# New dog



## mhicks2012 (Feb 5, 2013)

So, my husband & I have a 2 1/2 year old Golden that we absolutely ADORE! I have wanted to get another Golden or an Aussie for some time now. I love both of these breeds (preferably a Golden). I'm partial to long haired dogs & I just love their temperaments. The other day, my husband was at the vet & there happened to be a little 14 week old lab mix available for adoption. He sent me a picture & asked if I wanted it. I've told him repeatedly the type of dog that I want, but since he seemed so excited, I just gave up & said that if he wanted to get it, then go ahead. So we've had this pup home for about a week now. He's super sweet & he & my Golden get along fairly well. However, my heart is not into it. I don't know if I need to give it more time or what, but I just don't have a connection with this pup. I'm super disappointed that it's not what I wanted. My husband has admitted that he may have jumped the gun with making this spur of the moment decision. He says if I want we can take him back to the vet to be put up for adoption again. This is not a shelter, so I know that he will not get put down & I'm fairly certain he will get adopted quickly. But it's a hard decision to make & I feel like a horrible person for not falling in love with this pup. What do you guys think? Give it more time? Or take him back to be adopted by a family that will love him & wait until I can get exactly the type of dog I want?


----------



## Rundlemtn (Jan 16, 2015)

I think it was foolish to bring a dog into your home that you weren't 100% behind getting in the first place.
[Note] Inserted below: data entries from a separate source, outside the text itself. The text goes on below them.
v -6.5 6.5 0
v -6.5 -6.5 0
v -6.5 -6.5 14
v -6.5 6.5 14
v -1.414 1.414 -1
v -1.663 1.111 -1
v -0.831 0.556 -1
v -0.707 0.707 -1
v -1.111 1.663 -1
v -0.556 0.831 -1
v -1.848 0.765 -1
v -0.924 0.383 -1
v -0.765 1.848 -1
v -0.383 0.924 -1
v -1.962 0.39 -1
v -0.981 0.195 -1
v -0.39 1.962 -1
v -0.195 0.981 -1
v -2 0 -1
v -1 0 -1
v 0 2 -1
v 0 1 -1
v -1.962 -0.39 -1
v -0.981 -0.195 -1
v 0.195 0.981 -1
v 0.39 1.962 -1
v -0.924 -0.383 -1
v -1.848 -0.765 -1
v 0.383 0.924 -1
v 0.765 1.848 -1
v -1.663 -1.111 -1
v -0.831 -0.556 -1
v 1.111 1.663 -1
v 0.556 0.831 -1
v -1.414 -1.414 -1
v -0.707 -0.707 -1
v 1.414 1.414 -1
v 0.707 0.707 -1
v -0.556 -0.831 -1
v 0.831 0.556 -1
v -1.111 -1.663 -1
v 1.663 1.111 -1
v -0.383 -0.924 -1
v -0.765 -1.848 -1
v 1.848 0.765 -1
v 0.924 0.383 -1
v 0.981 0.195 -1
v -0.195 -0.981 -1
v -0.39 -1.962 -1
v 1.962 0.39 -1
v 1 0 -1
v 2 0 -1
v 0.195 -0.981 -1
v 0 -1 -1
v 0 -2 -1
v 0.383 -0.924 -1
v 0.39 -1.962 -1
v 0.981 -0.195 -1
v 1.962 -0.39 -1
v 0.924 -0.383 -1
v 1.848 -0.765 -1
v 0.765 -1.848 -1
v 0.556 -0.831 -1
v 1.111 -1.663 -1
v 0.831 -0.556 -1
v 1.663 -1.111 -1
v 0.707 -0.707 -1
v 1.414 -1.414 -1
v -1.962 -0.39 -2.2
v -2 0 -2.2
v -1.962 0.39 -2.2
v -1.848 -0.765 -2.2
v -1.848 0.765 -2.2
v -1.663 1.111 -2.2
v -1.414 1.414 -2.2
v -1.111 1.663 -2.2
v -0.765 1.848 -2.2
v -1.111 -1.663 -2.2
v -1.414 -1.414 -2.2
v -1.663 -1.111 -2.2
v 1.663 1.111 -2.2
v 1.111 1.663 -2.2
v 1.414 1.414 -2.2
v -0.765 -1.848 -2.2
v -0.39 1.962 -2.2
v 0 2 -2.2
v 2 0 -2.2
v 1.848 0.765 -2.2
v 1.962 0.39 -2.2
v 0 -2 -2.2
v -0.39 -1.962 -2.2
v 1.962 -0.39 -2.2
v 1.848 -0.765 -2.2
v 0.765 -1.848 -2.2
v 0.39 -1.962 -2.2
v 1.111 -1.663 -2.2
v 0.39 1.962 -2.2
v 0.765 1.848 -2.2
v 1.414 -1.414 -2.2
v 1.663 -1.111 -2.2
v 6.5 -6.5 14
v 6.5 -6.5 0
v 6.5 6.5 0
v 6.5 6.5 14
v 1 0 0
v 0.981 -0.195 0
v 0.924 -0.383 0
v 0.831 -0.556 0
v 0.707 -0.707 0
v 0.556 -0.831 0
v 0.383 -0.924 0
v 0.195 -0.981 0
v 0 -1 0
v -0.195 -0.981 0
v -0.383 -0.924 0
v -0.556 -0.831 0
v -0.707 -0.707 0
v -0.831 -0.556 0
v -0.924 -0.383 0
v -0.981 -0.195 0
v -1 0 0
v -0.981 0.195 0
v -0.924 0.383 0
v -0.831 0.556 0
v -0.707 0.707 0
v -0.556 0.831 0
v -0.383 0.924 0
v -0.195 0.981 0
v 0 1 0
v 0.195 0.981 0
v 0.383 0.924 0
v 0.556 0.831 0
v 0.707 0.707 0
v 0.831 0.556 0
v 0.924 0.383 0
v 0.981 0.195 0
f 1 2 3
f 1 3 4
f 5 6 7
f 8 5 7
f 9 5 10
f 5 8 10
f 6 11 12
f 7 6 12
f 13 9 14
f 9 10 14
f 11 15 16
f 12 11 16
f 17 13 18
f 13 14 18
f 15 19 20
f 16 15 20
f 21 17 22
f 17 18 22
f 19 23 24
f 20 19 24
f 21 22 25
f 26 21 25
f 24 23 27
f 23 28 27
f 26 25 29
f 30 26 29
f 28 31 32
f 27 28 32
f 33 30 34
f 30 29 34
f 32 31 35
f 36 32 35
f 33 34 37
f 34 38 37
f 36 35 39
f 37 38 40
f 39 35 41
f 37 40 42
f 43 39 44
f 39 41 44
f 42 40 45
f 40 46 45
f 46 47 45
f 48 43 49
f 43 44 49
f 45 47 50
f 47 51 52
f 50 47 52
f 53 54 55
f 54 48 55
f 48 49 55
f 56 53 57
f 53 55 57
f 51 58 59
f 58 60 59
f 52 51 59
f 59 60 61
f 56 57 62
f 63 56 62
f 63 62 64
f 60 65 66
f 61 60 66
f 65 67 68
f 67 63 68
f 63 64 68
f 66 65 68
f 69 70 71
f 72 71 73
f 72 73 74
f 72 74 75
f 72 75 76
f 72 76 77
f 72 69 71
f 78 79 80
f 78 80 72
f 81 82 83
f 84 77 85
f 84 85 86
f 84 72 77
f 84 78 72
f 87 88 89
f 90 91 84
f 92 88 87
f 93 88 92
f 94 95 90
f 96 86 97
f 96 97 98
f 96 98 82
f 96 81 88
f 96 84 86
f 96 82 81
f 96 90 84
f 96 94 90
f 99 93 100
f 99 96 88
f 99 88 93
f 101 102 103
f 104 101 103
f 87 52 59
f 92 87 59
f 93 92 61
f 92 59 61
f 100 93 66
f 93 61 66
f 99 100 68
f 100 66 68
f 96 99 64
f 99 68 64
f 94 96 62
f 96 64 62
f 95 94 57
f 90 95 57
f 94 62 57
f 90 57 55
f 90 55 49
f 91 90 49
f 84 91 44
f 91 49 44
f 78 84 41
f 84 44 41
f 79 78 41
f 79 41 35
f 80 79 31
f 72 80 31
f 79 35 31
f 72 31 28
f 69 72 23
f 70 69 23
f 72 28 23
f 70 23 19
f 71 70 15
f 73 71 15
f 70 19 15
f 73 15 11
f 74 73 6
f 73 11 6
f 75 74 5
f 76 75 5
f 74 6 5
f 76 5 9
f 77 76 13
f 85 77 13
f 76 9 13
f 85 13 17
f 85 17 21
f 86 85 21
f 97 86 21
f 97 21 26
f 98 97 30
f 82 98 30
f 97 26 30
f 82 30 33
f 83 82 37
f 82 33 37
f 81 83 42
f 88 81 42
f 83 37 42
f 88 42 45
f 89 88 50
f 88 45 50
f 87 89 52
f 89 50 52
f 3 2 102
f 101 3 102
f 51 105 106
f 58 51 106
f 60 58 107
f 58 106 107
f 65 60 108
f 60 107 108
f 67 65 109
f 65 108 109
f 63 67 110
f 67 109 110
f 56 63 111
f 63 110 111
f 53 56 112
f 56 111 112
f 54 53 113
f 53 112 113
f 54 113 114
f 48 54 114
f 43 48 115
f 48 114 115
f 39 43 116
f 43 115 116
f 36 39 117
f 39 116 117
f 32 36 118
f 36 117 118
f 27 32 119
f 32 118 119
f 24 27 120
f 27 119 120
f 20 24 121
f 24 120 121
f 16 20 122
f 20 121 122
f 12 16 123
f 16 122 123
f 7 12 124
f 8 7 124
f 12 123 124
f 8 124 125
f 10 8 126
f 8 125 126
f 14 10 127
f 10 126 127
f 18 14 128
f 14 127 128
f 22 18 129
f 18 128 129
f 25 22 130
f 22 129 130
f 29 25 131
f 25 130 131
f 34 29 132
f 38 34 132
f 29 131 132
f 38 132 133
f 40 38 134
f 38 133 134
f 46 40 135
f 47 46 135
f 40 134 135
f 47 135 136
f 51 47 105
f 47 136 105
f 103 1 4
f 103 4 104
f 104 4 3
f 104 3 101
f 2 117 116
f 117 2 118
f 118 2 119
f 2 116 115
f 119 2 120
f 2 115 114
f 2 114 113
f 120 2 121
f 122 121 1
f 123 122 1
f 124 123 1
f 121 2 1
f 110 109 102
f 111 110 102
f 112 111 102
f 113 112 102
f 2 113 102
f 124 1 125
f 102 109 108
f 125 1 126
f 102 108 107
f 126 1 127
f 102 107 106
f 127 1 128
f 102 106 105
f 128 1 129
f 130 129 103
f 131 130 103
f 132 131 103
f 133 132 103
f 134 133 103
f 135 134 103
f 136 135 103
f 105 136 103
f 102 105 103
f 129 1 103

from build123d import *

# Parameters (mm, degrees)
F0_W     = 13
F0_H     = 13
F1_DEPTH = 14
F2_R     = 1
F3_DEPTH = 1
F4_R     = 2
F5_DEPTH = 1.2


with BuildPart() as f1:
    # F0 (on Top) → F1 (new body)
    with BuildSketch(Plane.XY):
        Rectangle(F0_W, F0_H)
    extrude(amount=F1_DEPTH)

    # F2 (on face) → F3 (join)
    with BuildSketch(Plane(origin=(0, 0, 0), x_dir=(1, 0, 0), z_dir=(0, 0, -1))):
        Circle(F2_R)
    extrude(amount=F3_DEPTH)

    # F4 (on face) → F5 (join)
    with BuildSketch(Plane(origin=(0, 0, -1), x_dir=(1, 0, 0), z_dir=(0, 0, -1))):
        Circle(F4_R)
    extrude(amount=F5_DEPTH)


solid = f1.part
Chances are if you gave it time you probably would love your little lab mix too. But, I honestly think that this puppy deserves a family that is certain to love it. Bring it back now while it is still young so its chances of being adopted quickly are greater. And next time you bring a dog into your home be sure that you BOTH will love it for as long as it lives. That way no one has to feel bad or guilty.


----------